- Born: 22 June 1837 Berlin, Germany
- Died: 31 March 1920 (aged 82) Weimar, Germany
- Scientific career
- Fields: Mathematics

= Paul Gustav Heinrich Bachmann =

German mathematician (1837–1920)

Paul Gustav Heinrich Bachmann (22 June 1837 – 31 March 1920) was a German mathematician.

==Life==
Bachmann studied mathematics at the university of his native city of Berlin and received his doctorate in 1862 for his thesis on group theory. He then went to Breslau to study for his habilitation, which he received in 1864 for his thesis on Complex Units. He was a professor at Breslau and later at Münster.

==Works==
- Zahlentheorie, Bachmann's work on number theory in five volumes (1872-1923):
  - Vol. I: Die Elemente der Zahlentheorie (1892)
  - Vol. II: Analytische Zahlentheorie (1894), a work on analytic number theory in which Big O notation was first introduced
  - Vol. III: Die Lehre von der Kreistheilung und ihre Beziehungen zur Zahlentheorie (first published in 1872)
  - Vol. IV (Part 1): Die Arithmetik der quadratischen Formen (1898)
  - Vol.

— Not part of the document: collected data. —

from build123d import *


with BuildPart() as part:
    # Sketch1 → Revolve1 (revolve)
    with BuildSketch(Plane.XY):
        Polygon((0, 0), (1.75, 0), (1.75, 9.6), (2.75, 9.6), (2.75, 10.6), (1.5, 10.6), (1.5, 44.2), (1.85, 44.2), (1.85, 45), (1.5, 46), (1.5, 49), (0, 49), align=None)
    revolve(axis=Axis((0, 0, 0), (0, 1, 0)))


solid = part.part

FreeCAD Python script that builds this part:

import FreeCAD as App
import Part
import Sketcher

V = App.Vector

doc = App.newDocument("Part")
params = doc.addObject("Spreadsheet::Sheet", "Params")
for row, (alias, value) in enumerate([
    ("sketch1_width", "1 mm"),
    ("sketch1_height", "3 mm"),
    ("sketch1_height2", "49 mm"),
    ("sketch1_width2", "1.5 mm"),
    ("sketch1_height3", "9.6 mm"),
    ("revolution_angle", "360 deg"),
], start=1):
    params.set(f"A{row}", alias)
    params.set(f"B{row}", "=" + value)
    params.setAlias(f"B{row}", alias)

body = doc.addObject("PartDesign::Body", "Body")

# Sketch on XY plane
sketch1 = doc.addObject("Sketcher::SketchObject", "Sketch")
body.addObject(sketch1)
sketch1.AttachmentSupport = (doc.XY_Plane, [""])
sketch1.MapMode = "FlatFace"
sketch1.addGeometry(Part.LineSegment(V(0, 0, 0), V(1.75, 0, 0)), False)
sketch1.addGeometry(Part.LineSegment(V(1.75, 0, 0), V(1.75, 9.6, 0)), False)
sketch1.addGeometry(Part.LineSegment(V(1.75, 9.6, 0), V(2.75, 9.6, 0)), False)
sketch1.addGeometry(Part.LineSegment(V(2.75, 9.6, 0), V(2.75, 10.6, 0)), False)
sketch1.addGeometry(Part.LineSegment(V(2.75, 10.6, 0), V(1.5, 10.6, 0)), False)
sketch1.addGeometry(Part.LineSegment(V(1.5, 10.6, 0), V(1.5, 44.2, 0)), False)
sketch1.addGeometry(Part.LineSegment(V(1.5, 44.2, 0), V(1.85, 44.2, 0)), False)
sketch1.addGeometry(Part.LineSegment(V(1.85, 44.2, 0), V(1.85, 45, 0)), False)
sketch1.addGeometry(Part.LineSegment(V(1.85, 45, 0), V(1.5, 46, 0)), False)
sketch1.addGeometry(Part.LineSegment(V(1.5, 46, 0), V(1.5, 49, 0)), False)
sketch1.addGeometry(Part.LineSegment(V(1.5, 49, 0), V(0, 49, 0)), False)
sketch1.addGeometry(Part.LineSegment(V(0, 49, 0), V(0, 0, 0)), False)
sketch1.addConstraint(Sketcher.Constraint("Coincident", 0, 2, 1, 1))
sketch1.addConstraint(Sketcher.Constraint("Coincident", 1, 2, 2, 1))
sketch1.addConstraint(Sketcher.Constraint("Coincident", 2, 2, 3, 1))
sketch1.addConstraint(Sketcher.Constraint("Coincident", 3, 2, 4, 1))
sketch1.addConstraint(Sketcher.Constraint("Coincident", 4, 2, 5, 1))
sketch1.addConstraint(Sketcher.Constraint("Coincident", 5, 2, 6, 1))
sketch1.addConstraint(Sketcher.Constraint("Coincident", 6, 2, 7, 1))
sketch1.addConstraint(Sketcher.Constraint("Coincident", 7, 2, 8, 1))
sketch1.addConstraint(Sketcher.Constraint("Coincident", 8, 2, 9, 1))
sketch1.addConstraint(Sketcher.Constraint("Coincident", 9, 2, 10, 1))
sketch1.addConstraint(Sketcher.Constraint("Coincident", 10, 2, 11, 1))
sketch1.addConstraint(Sketcher.Constraint("Coincident", 11, 2, 0, 1))
sketch1.addConstraint(Sketcher.Constraint("Horizontal", 0))
sketch1.addConstraint(Sketcher.Constraint("Vertical", 1))
sketch1.addConstraint(Sketcher.Constraint("Horizontal", 2))
sketch1.addConstraint(Sketcher.Constraint("Vertical", 3))
sketch1.addConstraint(Sketcher.Constraint("Horizontal", 4))
sketch1.addConstraint(Sketcher.Constraint("Vertical", 5))
sketch1.addConstraint(Sketcher.Constraint("Horizontal", 6))
sketch1.addConstraint(Sketcher.Constraint("Vertical", 7))
sketch1.addConstraint(Sketcher.Constraint("Vertical", 9))
sketch1.addConstraint(Sketcher.Constraint("Horizontal", 10))
sketch1.addConstraint(Sketcher.Constraint("Vertical", 11))
sketch1.addConstraint(Sketcher.Constraint("Coincident", 11, 2, -1, 1))
sketch1.addConstraint(Sketcher.Constraint("Vertical", 5, 2, 8, 2))
sketch1.addConstraint(Sketcher.Constraint("Equal", 2, 3))
sketch1.addConstraint(Sketcher.Constraint("DistanceX", 2, 1, 2, 2, 1.0))
sketch1.addConstraint(Sketcher.Constraint("DistanceY", 9, 1, 9, 2, 3.0))
sketch1.addConstraint(Sketcher.Constraint("DistanceY", 11, 2, 11, 1, 49.0))
sketch1.addConstraint(Sketcher.Constraint("DistanceX", 10, 2, 10, 1, 1.5))
sketch1.addConstraint(Sketcher.Constraint("DistanceY", 1, 1, 1, 2, 9.6))
sketch1.addConstraint(Sketcher.Constraint("DistanceY", 5, 1, 5, 2, 33.6))
sketch1.addConstraint(Sketcher.Constraint("DistanceY", 7, 1, 7, 2, 0.8))
sketch1.addConstraint(Sketcher.Constraint("DistanceX", 0, 1, 0, 2, 1.75))
sketch1.addConstraint(Sketcher.Constraint("DistanceX", 6, 1, 6, 2, 0.35))
sketch1.setExpression("Constraints[26]", "Params.sketch1_width")
sketch1.setExpression("Constraints[27]", "Params.sketch1_height")
sketch1.setExpression("Constraints[28]", "Params.sketch1_height2")
sketch1.setExpression("Constraints[29]", "Params.sketch1_width2")
sketch1.setExpression("Constraints[30]", "Params.sketch1_height3")
revolution = doc.addObject("PartDesign::Revolution", "Revolution")
body.addObject(revolution)
revolution.Profile = sketch1
revolution.ReferenceAxis = (sketch1, ["V_Axis"])
revolution.setExpression("Angle", "Params.revolution_angle")

doc.recompute()
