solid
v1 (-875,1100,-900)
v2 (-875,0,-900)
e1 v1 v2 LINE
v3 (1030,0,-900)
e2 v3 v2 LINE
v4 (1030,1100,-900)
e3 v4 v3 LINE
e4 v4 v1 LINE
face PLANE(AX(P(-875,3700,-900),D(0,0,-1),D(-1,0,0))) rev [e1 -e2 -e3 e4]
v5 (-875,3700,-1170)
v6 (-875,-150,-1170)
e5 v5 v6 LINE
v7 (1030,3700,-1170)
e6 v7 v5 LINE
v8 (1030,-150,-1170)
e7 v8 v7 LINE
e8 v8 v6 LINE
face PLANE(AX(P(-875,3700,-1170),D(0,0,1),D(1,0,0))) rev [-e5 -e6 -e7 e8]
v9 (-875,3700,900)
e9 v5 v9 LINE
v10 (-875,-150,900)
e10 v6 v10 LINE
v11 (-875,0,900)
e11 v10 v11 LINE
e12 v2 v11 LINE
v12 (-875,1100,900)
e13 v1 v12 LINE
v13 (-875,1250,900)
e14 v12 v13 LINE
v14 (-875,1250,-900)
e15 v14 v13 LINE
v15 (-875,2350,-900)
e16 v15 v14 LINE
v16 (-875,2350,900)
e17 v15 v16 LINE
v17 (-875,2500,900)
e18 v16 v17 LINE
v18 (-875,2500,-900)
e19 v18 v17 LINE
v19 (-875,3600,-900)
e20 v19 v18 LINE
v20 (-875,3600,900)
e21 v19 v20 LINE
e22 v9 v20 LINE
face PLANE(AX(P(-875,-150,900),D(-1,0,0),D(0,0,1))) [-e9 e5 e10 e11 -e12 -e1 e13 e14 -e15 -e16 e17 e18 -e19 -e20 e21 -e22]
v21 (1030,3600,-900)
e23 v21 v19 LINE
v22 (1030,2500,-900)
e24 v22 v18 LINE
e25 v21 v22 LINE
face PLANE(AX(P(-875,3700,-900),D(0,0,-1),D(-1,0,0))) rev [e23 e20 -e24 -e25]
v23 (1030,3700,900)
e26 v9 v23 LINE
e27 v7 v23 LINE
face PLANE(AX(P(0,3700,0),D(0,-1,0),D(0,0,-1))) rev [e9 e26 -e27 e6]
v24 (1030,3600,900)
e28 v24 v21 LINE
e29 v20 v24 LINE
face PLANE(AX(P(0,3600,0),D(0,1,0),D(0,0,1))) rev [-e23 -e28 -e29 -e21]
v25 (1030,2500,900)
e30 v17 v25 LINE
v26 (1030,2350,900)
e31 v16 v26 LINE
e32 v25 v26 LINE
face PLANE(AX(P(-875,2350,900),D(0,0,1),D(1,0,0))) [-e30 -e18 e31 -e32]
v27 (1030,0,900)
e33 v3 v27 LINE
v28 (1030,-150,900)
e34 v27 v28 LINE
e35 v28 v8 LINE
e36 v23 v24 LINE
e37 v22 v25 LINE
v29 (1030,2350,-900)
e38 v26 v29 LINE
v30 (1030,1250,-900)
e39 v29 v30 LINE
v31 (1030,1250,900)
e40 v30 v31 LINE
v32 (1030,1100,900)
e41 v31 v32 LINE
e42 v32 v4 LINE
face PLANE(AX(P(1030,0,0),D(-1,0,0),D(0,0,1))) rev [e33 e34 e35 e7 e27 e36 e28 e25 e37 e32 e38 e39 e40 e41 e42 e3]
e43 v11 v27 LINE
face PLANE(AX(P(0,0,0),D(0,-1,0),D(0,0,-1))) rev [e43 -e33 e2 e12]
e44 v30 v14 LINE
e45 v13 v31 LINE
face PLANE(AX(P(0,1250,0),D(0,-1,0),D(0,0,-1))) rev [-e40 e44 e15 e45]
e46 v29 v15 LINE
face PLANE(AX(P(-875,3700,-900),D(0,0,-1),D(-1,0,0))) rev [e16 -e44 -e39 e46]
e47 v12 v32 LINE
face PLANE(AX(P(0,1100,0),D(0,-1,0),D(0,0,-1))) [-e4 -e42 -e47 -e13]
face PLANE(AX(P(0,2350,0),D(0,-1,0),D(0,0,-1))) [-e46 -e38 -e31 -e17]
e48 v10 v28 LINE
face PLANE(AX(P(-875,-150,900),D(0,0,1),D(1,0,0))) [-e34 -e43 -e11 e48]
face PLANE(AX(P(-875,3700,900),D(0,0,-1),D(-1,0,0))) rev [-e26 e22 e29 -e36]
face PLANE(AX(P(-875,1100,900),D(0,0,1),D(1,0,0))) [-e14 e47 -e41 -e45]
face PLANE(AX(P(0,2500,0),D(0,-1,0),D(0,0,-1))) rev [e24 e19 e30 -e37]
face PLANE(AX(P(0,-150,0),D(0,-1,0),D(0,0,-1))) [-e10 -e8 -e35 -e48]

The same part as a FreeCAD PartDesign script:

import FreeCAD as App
import Part
import Sketcher
from FreeCAD import Vector
Q = App.Units.Quantity


def add_polygon(sketch, points):
    """Adds a closed chain of lines whose ends are joined by coincident constraints."""
    first, n = sketch.GeometryCount, len(points)
    for a, b in zip(points, points[1:] + points[:1]):
        sketch.addGeometry(Part.LineSegment(App.Vector(*a, 0), App.Vector(*b, 0)), False)
    for i in range(n):
        sketch.addConstraint(Sketcher.Constraint("Coincident", first + i, 2, first + (i + 1) % n, 1))

doc = App.newDocument("Part")
body = doc.addObject("PartDesign::Body", "Body")

sketch1 = doc.addObject("Sketcher::SketchObject", "Sketch")
body.addObject(sketch1)
sketch1.AttachmentSupport = (doc.XZ_Plane, [""])
sketch1.MapMode = "FlatFace"
add_polygon(sketch1, [(-875, -900), (-875, 900), (875, 900), (875, -900)])
sketch1.addConstraint([
    Sketcher.Constraint("Vertical", 0),
    Sketcher.Constraint("Horizontal", 1),
    Sketcher.Constraint("Vertical", 2),
    Sketcher.Constraint("Horizontal", 3),
    Sketcher.Constraint("Symmetric", 0, 2, 2, 2, -1, 1),
    Sketcher.Constraint("DistanceX", 1, 1, 1, 2, Q("1750 mm")),
    Sketcher.Constraint("DistanceY", 0, 1, 0, 2, Q("1800 mm")),
])
pad1 = doc.addObject("PartDesign::Pad", "Pad")
body.addObject(pad1)
pad1.Profile = sketch1
pad1.Length = 150
body2 = doc.addObject("PartDesign::Body", "Body001")

sketch2 = doc.addObject("Sketcher::SketchObject", "Sketch001")
body2.addObject(sketch2)
sketch2.AttachmentSupport = (doc.getObject("XZ_Plane001"), [""])
sketch2.MapMode = "FlatFace"
sketch2.AttachmentOffset = App.Placement(Vector(0, 0, -1250), App.Rotation())
add_polygon(sketch2, [(-875, -900), (-875, 900), (875, 900), (875, -900)])
sketch2.addConstraint([
    Sketcher.Constraint("Vertical", 0),
    Sketcher.Constraint("Horizontal", 1),
    Sketcher.Constraint("Vertical", 2),
    Sketcher.Constraint("Horizontal", 3),
    Sketcher.Constraint("Symmetric", 0, 2, 2, 2, -1, 1),
    Sketcher.Constraint("DistanceX", 1, 1, 1, 2, Q("1750 mm")),
    Sketcher.Constraint("DistanceY", 0, 1, 0, 2, Q("1800 mm")),
])
pad2 = doc.addObject("PartDesign::Pad", "Pad001")
body2.addObject(pad2)
pad2.Profile = sketch2
pad2.Length = 150
body3 = doc.addObject("PartDesign::Body", "Body002")

sketch3 = doc.addObject("Sketcher::SketchObject", "Sketch002")
body3.addObject(sketch3)
sketch3.AttachmentSupport = (doc.getObject("XZ_Plane002"), [""])
sketch3.MapMode = "FlatFace"
sketch3.AttachmentOffset = App.Placement(Vector(0, 0, -2500), App.Rotation())
add_polygon(sketch3, [(-875, -900), (-875, 900), (875, 900), (875, -900)])
sketch3.addConstraint([
    Sketcher.Constraint("Vertical", 0),
    Sketcher.Constraint("Horizontal", 1),
    Sketcher.Constraint("Vertical", 2),
    Sketcher.Constraint("Horizontal", 3),
    Sketcher.Constraint("Symmetric", 0, 2, 2, 2, -1, 1),
    Sketcher.Constraint("DistanceX", 1, 1, 1, 2, Q("1750 mm")),
    Sketcher.Constraint("DistanceY", 0, 1, 0, 2, Q("1800 mm")),
])
pad3 = doc.addObject("PartDesign::Pad", "Pad002")
body3.addObject(pad3)
pad3.Profile = sketch3
pad3.Length = 150
body4 = doc.addObject("PartDesign::Body", "Body003")

sketch4 = doc.addObject("Sketcher::SketchObject", "Sketch003")
body4.addObject(sketch4)
sketch4.AttachmentSupport = (doc.getObject("XZ_Plane003"), [""])
sketch4.MapMode = "FlatFace"
sketch4.AttachmentOffset = App.Placement(Vector(0, 0, -3600), App.Rotation())
add_polygon(sketch4, [(-875, -900), (-875, 900), (875, 900), (875, -900)])
sketch4.addConstraint([
    Sketcher.Constraint("Vertical", 0),
    Sketcher.Constraint("Horizontal", 1),
    Sketcher.Constraint("Vertical", 2),
    Sketcher.Constraint("Horizontal", 3),
    Sketcher.Constraint("Symmetric", 0, 2, 2, 2, -1, 1),
    Sketcher.Constraint("DistanceX", 1, 1, 1, 2, Q("1750 mm")),
    Sketcher.Constraint("DistanceY", 0, 1, 0, 2, Q("1800 mm")),
])
pad4 = doc.addObject("PartDesign::Pad", "Pad003")
body4.addObject(pad4)
pad4.Profile = sketch4
pad4.Length = 100
pad4.Reversed = True
body.AllowCompound = True
doc.recompute()

boolean = doc.addObject("PartDesign::Boolean", "Boolean")
body.addObject(boolean)
boolean.Type = "Fuse"
boolean.addObjects([body2])
doc.recompute()

boolean2 = doc.addObject("PartDesign::Boolean", "Boolean001")
body.addObject(boolean2)
boolean2.Type = "Fuse"
boolean2.addObjects([body3])
doc.recompute()

boolean3 = doc.addObject("PartDesign::Boolean", "Boolean002")
body.addObject(boolean3)
boolean3.Type = "Fuse"
boolean3.addObjects([body4])

sketch5 = doc.addObject("Sketcher::SketchObject", "Sketch004")
body.addObject(sketch5)
sketch5.AttachmentSupport = (doc.XZ_Plane, [""])
sketch5.MapMode = "FlatFace"
add_polygon(sketch5, [(-875, -1170), (-875, -900), (875, -900), (875, -1170)])
sketch5.addConstraint([
    Sketcher.Constraint("Vertical", 0),
    Sketcher.Constraint("Horizontal", 1),
    Sketcher.Constraint("Vertical", 2),
    Sketcher.Constraint("Horizontal", 3),
    Sketcher.Constraint("DistanceX", 1, 1, 1, 2, Q("1750 mm")),
    Sketcher.Constraint("DistanceY", 0, 1, 0, 2, Q("270 mm")),
    Sketcher.Constraint("DistanceX", 0, 2, -1, 1, Q("875 mm")),
    Sketcher.Constraint("DistanceY", 0, 2, -1, 1, Q("900 mm")),
])
pad5 = doc.addObject("PartDesign::Pad", "Pad004")
body.addObject(pad5)
pad5.Profile = sketch5
pad5.Length = 7400
pad5.Midplane = True

sketch6 = doc.addObject("Sketcher::SketchObject", "Sketch005")
body.addObject(sketch6)
sketch6.AttachmentSupport = (doc.XY_Plane, [""])
sketch6.MapMode = "FlatFace"
add_polygon(sketch6, [(-875, -150), (-875, -3700), (875, -3700), (875, -150)])
sketch6.addConstraint([
    Sketcher.Constraint("Vertical", 0),
    Sketcher.Constraint("Horizontal", 1),
    Sketcher.Constraint("Vertical", 2),
    Sketcher.Constraint("Horizontal", 3),
    Sketcher.Constraint("DistanceX", 1, 1, 1, 2, Q("1750 mm")),
    Sketcher.Constraint("DistanceY", 0, 2, 0, 1, Q("3550 mm")),
    Sketcher.Constraint("DistanceX", 0, 2, -1, 1, Q("875 mm")),
    Sketcher.Constraint("DistanceY", 0, 2, -1, 1, Q("3700 mm")),
])
pocket1 = doc.addObject("PartDesign::Pocket", "Pocket")
body.addObject(pocket1)
pocket1.Profile = sketch6
pocket1.Length = 7400

sketch7 = doc.addObject("Sketcher::SketchObject", "Sketch006")
body.addObject(sketch7)
sketch7.AttachmentSupport = (doc.YZ_Plane, [""])
sketch7.MapMode = "FlatFace"
add_polygon(sketch7, [(3700, -1170), (3700, 900), (3600, 900), (3600, -900), (2500, -900), (2500, 900), (2350, 900), (2350, -900), (1250, -900), (1250, 900), (1100, 900), (1100, -900), (0, -900), (0, 900), (-150, 900), (-150, -1170)])
sketch7.addConstraint([
    Sketcher.Constraint("Vertical", 0),
    Sketcher.Constraint("Horizontal", 1),
    Sketcher.Constraint("Vertical", 2),
    Sketcher.Constraint("Horizontal", 3),
    Sketcher.Constraint("Vertical", 4),
    Sketcher.Constraint("Horizontal", 5),
    Sketcher.Constraint("Vertical", 6),
    Sketcher.Constraint("Horizontal", 7),
    Sketcher.Constraint("Vertical", 8),
    Sketcher.Constraint("Horizontal", 9),
    Sketcher.Constraint("Vertical", 10),
    Sketcher.Constraint("Horizontal", 11),
    Sketcher.Constraint("Vertical", 12),
    Sketcher.Constraint("Horizontal", 13),
    Sketcher.Constraint("Vertical", 14),
    Sketcher.Constraint("Horizontal", 15),
    Sketcher.Constraint("Symmetric", 11, 2, 12, 2, -1, 1),
    Sketcher.Constraint("Horizontal", 1, 2, 4, 2),
    Sketcher.Constraint("Horizontal", 3, 2, 6, 2),
    Sketcher.Constraint("Horizontal", 5, 2, 8, 2),
    Sketcher.Constraint("Horizontal", 7, 2, 10, 2),
    Sketcher.Constraint("Horizontal", 9, 2, 12, 2),
    Sketcher.Constraint("Equal", 3, 7),
    Sketcher.Constraint("Equal", 5, 9),
    Sketcher.Constraint("Equal", 7, 11),
    Sketcher.Constraint("Equal", 9, 13),
    Sketcher.Constraint("DistanceX", 1, 2, 1, 1, Q("100 mm")),
    Sketcher.Constraint("DistanceX", 3, 2, 3, 1, Q("1100 mm")),
    Sketcher.Constraint("DistanceX", 5, 2, 5, 1, Q("150 mm")),
    Sketcher.Constraint("DistanceY", 0, 1, 0, 2, Q("2070 mm")),
    Sketcher.Constraint("DistanceY", 2, 2, 2, 1, Q("1800 mm")),
])
pad6 = doc.addObject("PartDesign::Pad", "Pad005")
body.addObject(pad6)
pad6.Profile = sketch7
pad6.Length = 1030

doc.recompute()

IV (Part 2): Die Arithmetik der quadratischen Formen (posthumously published in 1923)
  - Vol. V: Allgemeine Arithmetik der Zahlenkörper (1905)
- Niedere Zahlentheorie: First part (1902), Second part (1910), a two-volume work on elementary number theory
- Das Fermat-Problem in seiner bisherigen Entwicklung, a work about Fermat's Last Theorem

Bachmann introduced the Big O notation, which was later popularized by Edmund Landau.